The HA-cluster has been running Gaia R81.20 GA since November without issues until mid-February. In late February, we applied R81.20 JHF Take 8, but it made no difference. Last week I did a clean install from USB on both gateways. I did also run HDT (Hardware Diagnostic Tools). But still the same behaviour.
After digging through /var/log/messages I noticed messages pointing towards issues with PrioQ. After disabling PrioQ the latency issues went away. But they keep returning, not as frequently as earlier, but it still happens often. I also stumbled upon sk180437 - Unexpected traffic latency or outage on a Security Gateway / Cluster after policy installation. Noticed we had similar messages in /var/log/messages as referenced in the SK, so I applied the solution. This didn't seem to change anything.
https://support.checkpoint.com/results/sk/sk180437
Upon reviewing my latest Health CheckPoint (HCP) report, I noticed it complaining about:
F2F rate is high. Can be reduced by optimizing rule-base, changing blades or additional configurations - check 'sk98348' section (3-5). packets in the last 5 seconds: 214177, slow path packets: 212613, percentage: 99.269762859690815%
This struck me as quite odd.
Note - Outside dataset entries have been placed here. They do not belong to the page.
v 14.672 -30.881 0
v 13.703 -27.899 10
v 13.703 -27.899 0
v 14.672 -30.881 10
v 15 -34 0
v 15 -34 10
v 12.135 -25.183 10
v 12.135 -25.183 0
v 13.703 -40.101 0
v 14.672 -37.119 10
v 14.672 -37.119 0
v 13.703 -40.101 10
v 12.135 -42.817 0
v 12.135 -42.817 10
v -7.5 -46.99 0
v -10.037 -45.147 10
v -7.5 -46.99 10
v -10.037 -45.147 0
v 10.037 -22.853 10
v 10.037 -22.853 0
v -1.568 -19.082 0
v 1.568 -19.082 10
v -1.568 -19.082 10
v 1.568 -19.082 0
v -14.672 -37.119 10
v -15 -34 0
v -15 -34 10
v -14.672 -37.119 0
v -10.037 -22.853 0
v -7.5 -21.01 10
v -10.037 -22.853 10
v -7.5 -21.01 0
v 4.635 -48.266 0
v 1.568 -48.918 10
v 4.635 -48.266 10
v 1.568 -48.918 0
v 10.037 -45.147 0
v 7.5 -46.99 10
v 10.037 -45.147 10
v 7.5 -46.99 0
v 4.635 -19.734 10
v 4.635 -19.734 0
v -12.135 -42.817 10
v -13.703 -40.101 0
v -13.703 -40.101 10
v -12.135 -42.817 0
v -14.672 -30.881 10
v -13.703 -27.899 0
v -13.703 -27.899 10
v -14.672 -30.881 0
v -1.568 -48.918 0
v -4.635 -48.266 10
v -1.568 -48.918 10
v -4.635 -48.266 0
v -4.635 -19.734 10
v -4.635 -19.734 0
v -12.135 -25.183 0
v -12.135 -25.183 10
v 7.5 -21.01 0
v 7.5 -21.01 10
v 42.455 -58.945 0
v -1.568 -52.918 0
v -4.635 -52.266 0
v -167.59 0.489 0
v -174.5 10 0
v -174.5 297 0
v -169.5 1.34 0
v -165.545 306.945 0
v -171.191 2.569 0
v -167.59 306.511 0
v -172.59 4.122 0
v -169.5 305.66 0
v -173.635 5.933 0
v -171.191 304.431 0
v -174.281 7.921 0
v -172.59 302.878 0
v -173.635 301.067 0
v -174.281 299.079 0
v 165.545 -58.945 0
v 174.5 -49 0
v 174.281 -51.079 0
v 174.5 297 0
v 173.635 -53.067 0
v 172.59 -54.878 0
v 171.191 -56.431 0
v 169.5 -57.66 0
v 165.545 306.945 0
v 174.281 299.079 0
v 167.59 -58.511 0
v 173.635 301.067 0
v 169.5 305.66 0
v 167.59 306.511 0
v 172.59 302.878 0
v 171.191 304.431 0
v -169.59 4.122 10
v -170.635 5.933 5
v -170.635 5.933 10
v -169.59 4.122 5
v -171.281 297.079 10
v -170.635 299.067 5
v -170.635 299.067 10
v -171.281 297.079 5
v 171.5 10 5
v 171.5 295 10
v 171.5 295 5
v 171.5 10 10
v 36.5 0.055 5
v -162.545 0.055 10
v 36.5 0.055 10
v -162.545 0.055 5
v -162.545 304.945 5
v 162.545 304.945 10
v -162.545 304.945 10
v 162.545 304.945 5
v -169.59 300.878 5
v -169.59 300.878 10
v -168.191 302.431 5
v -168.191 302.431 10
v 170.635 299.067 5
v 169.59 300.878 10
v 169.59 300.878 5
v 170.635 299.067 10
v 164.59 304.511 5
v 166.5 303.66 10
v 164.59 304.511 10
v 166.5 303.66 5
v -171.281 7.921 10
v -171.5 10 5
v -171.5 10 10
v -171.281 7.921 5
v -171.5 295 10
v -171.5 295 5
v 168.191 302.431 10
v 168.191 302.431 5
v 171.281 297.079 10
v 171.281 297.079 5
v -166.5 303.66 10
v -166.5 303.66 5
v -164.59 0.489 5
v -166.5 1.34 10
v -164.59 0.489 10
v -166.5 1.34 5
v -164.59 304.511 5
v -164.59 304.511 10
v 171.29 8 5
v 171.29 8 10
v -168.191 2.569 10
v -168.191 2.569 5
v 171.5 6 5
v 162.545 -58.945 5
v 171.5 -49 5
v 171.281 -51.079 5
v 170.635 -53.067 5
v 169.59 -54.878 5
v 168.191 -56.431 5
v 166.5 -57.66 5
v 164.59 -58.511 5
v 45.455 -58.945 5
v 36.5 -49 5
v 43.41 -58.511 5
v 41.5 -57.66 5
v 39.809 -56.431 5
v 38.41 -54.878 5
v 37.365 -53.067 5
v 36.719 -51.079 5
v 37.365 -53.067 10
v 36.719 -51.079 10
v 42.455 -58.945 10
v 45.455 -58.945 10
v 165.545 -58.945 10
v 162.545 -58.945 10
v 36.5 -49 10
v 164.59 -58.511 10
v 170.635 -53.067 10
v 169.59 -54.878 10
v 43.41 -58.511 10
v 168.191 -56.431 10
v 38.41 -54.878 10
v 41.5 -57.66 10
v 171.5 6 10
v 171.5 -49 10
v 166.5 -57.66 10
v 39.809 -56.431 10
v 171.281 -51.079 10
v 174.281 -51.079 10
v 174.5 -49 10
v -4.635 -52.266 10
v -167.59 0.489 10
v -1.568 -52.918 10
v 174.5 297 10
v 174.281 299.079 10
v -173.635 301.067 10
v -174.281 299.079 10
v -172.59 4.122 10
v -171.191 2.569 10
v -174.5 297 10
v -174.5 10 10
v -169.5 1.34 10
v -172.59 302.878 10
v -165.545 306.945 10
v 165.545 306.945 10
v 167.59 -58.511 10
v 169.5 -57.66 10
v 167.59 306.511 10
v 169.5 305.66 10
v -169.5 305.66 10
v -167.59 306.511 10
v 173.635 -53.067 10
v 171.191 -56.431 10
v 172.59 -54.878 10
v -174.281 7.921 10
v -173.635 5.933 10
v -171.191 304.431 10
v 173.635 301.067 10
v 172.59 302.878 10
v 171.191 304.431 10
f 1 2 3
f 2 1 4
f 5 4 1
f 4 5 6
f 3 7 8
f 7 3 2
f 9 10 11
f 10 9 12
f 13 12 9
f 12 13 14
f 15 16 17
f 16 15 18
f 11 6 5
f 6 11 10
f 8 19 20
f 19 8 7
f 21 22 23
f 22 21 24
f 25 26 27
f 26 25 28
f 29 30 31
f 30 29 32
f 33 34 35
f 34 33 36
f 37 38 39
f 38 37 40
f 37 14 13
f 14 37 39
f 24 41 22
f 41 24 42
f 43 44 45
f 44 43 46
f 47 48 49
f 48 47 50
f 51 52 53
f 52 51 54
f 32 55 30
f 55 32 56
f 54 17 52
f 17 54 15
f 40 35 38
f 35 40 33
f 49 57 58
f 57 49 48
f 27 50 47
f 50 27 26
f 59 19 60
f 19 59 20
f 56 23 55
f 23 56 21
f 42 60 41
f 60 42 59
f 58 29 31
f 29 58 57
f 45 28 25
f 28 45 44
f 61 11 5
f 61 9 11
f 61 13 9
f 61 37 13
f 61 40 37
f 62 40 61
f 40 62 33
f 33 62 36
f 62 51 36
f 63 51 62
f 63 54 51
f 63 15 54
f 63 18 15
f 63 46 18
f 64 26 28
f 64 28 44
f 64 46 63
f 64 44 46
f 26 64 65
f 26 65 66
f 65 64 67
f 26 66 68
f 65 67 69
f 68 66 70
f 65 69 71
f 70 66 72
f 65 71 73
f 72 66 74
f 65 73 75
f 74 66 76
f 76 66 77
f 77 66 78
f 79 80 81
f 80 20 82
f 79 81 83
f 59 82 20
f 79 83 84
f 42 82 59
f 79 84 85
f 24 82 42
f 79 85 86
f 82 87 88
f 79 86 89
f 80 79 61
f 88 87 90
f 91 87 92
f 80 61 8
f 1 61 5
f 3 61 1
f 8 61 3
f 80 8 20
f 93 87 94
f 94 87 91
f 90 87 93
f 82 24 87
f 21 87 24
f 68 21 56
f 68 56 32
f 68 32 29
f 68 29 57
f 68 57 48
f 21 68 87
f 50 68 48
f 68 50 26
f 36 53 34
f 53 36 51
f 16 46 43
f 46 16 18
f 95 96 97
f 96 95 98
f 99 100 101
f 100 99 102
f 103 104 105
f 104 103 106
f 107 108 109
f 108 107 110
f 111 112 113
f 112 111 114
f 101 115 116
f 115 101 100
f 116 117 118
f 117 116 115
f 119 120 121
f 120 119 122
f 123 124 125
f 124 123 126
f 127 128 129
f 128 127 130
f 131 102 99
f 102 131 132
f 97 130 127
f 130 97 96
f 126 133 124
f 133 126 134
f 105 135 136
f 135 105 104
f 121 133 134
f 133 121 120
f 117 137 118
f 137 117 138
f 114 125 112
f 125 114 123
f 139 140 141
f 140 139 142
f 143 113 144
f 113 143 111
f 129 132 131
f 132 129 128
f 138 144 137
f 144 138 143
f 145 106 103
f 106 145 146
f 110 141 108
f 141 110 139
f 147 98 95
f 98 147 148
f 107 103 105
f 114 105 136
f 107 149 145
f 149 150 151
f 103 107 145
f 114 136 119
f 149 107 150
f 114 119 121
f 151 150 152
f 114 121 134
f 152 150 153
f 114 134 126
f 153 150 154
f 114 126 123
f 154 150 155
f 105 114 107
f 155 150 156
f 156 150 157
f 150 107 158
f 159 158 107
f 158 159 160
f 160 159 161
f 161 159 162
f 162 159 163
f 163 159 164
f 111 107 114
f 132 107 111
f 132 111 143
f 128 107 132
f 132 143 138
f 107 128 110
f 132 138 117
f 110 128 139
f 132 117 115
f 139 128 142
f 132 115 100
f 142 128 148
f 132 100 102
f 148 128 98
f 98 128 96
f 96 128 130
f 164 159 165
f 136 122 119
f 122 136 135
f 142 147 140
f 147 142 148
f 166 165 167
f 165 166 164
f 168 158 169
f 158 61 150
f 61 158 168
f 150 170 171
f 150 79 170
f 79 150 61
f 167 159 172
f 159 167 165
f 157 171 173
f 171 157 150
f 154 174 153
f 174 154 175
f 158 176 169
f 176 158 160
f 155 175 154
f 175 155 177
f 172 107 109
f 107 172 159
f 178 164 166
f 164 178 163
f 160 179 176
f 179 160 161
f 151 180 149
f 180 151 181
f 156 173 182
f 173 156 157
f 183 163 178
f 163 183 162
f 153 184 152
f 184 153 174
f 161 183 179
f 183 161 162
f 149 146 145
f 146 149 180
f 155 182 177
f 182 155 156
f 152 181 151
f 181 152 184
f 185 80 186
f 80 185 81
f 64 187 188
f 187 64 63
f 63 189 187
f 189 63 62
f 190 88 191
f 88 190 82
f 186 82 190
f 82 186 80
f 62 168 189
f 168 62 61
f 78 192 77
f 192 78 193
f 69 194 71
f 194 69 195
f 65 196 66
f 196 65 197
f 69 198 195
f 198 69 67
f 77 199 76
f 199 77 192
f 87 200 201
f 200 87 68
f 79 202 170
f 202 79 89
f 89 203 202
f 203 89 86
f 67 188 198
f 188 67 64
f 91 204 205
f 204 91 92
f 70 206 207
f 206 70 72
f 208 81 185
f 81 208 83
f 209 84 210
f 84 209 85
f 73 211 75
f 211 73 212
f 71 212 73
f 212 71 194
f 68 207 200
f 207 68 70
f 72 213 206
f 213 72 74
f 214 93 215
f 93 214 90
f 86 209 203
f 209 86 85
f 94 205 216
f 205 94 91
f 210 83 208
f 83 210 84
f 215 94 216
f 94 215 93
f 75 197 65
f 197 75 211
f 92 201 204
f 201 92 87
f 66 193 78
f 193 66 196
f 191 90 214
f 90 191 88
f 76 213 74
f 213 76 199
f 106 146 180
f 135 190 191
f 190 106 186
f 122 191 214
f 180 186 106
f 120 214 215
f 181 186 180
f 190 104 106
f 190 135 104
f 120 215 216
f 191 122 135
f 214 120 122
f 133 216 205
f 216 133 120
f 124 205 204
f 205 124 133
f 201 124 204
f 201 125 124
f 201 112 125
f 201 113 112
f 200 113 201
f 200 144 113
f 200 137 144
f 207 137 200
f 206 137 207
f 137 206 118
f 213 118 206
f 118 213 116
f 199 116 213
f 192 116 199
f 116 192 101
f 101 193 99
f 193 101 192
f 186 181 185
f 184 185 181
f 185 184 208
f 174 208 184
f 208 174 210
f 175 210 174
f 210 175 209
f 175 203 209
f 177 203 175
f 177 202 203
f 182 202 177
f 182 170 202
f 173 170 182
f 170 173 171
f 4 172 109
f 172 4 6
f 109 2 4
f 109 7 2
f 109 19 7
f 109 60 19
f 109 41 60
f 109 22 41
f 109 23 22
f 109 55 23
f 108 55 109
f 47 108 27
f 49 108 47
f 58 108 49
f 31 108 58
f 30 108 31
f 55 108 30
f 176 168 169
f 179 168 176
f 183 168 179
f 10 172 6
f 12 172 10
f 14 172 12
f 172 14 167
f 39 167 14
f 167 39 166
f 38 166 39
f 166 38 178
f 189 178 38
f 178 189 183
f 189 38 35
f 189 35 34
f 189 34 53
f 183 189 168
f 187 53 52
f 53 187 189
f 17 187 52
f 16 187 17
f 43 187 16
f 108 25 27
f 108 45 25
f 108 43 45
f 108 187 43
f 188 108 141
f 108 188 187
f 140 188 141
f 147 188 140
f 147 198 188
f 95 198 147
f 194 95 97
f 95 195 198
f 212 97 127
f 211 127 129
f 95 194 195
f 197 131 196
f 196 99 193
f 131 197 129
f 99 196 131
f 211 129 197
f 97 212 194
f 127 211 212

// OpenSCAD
module hole(d, h) {
  cylinder(h=h, r = d/2);
}

module rounded_rectangle(width, height, depth, radius) {
  x = (width / 2) - radius;

  x_left = -x;
  x_right = x;

  y_top = radius;
  y_bottom = y_top + depth;

  linear_extrude(height=height)
    hull() {
    // place 4 circles in the corners, with the given radius
    translate([x_left, y_top, 0])
      circle(r=radius);
    translate([x_right, y_top, 0])
      circle(r=radius);
    translate([x_left, y_bottom, 0])
      circle(r=radius);
    translate([x_right, y_bottom, 0])
      circle(r=radius);
  }
}

module platform(width, height, depth) {
  radius = 10;

  difference() {
    rounded_rectangle(width + 6, height, depth + 3, radius);
    translate([0, 0, 2]) rounded_rectangle(width, height, depth, radius);
  }
}

module connector(width, height, depth) {
  radius = 10;

  difference() {
    rounded_rectangle(width + 6, height, depth, radius);
    translate([0, 0, 2]) rounded_rectangle(width, height, depth, radius);
  }
}

connector_depth = 35;
connector_width = 135;
connector_height = 10;

mount_diameter = 30;
mount_radius = mount_diameter / 2;

pad_height = 5;

platform_width = 343;
platform_height = pad_height*2;
platform_depth = 285;

radius = 10;

difference() {
  hull() {
    translate([0,-mount_diameter-8,0]) hole(mount_diameter, platform_height);
    rounded_rectangle(platform_width + 6, platform_height, platform_depth + 2, radius);
    translate([((platform_width - connector_width)/2),-connector_depth-24, 0]) rounded_rectangle(connector_width + 6, connector_height, connector_depth, radius);
  }
  union() {
    translate([0,-mount_diameter-4,0]) hole(mount_diameter, platform_height+10);
    translate([0, 0, platform_height/2]) rounded_rectangle(platform_width, platform_height, platform_depth, radius);
    translate([((platform_width - connector_width)/2),-connector_depth-24, platform_height/2]) rounded_rectangle(connector_width, connector_height, connector_depth+20, radius);
  }
}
We don't have anything in our firewall policy that should hamper SecureXL in such a way:
[Expert@:0]# fwaccel stat
+---------------------------------------------------------------------------------+
|Id|Name |Status |Interfaces |Features |
+---------------------------------------------------------------------------------+
|0 |KPPAK |enabled |eth5,Mgmt,eth1,eth2,eth3,|Acceleration,Cryptography |
| | | |eth4 | |
| | | | |Crypto: Tunnel,UDPEncap,MD5, |
| | | | |SHA1,3DES,DES,AES-128,AES-256,|
| | | | |ESP,LinkSelection,DynamicVPN, |
| | | | |NatTraversal,AES-XCBC,SHA256, |
| | | | |SHA384,SHA512 |
+---------------------------------------------------------------------------------+
Accept Templates : enabled
Drop Templates : enabled
NAT Templates : enabled
LightSpeed Accel : disabled
But we are clearly having issues with accelerated traffic as pretty much all traffic is hitting F2F:
[Expert@:0]# fwaccel stats -s
Accelerated conns/Total conns : 22/687 (3%)
LightSpeed conns/Total conns : 0/687 (0%)
Accelerated pkts/Total pkts : 96180156/7276233558 (1%)
LightSpeed pkts/Total pkts : 0/7276233558 (0%)
F2Fed pkts/Total pkts : 7180053402/7276233558 (98%)
F2V pkts/Total pkts : 3707650/7276233558 (0%)
CPASXL pkts/Total pkts : 188774/7276233558 (0%)
PSLXL pkts/Total pkts : 87362563/7276233558 (1%)
CPAS pipeline pkts/Total pkts : 0/7276233558 (0%)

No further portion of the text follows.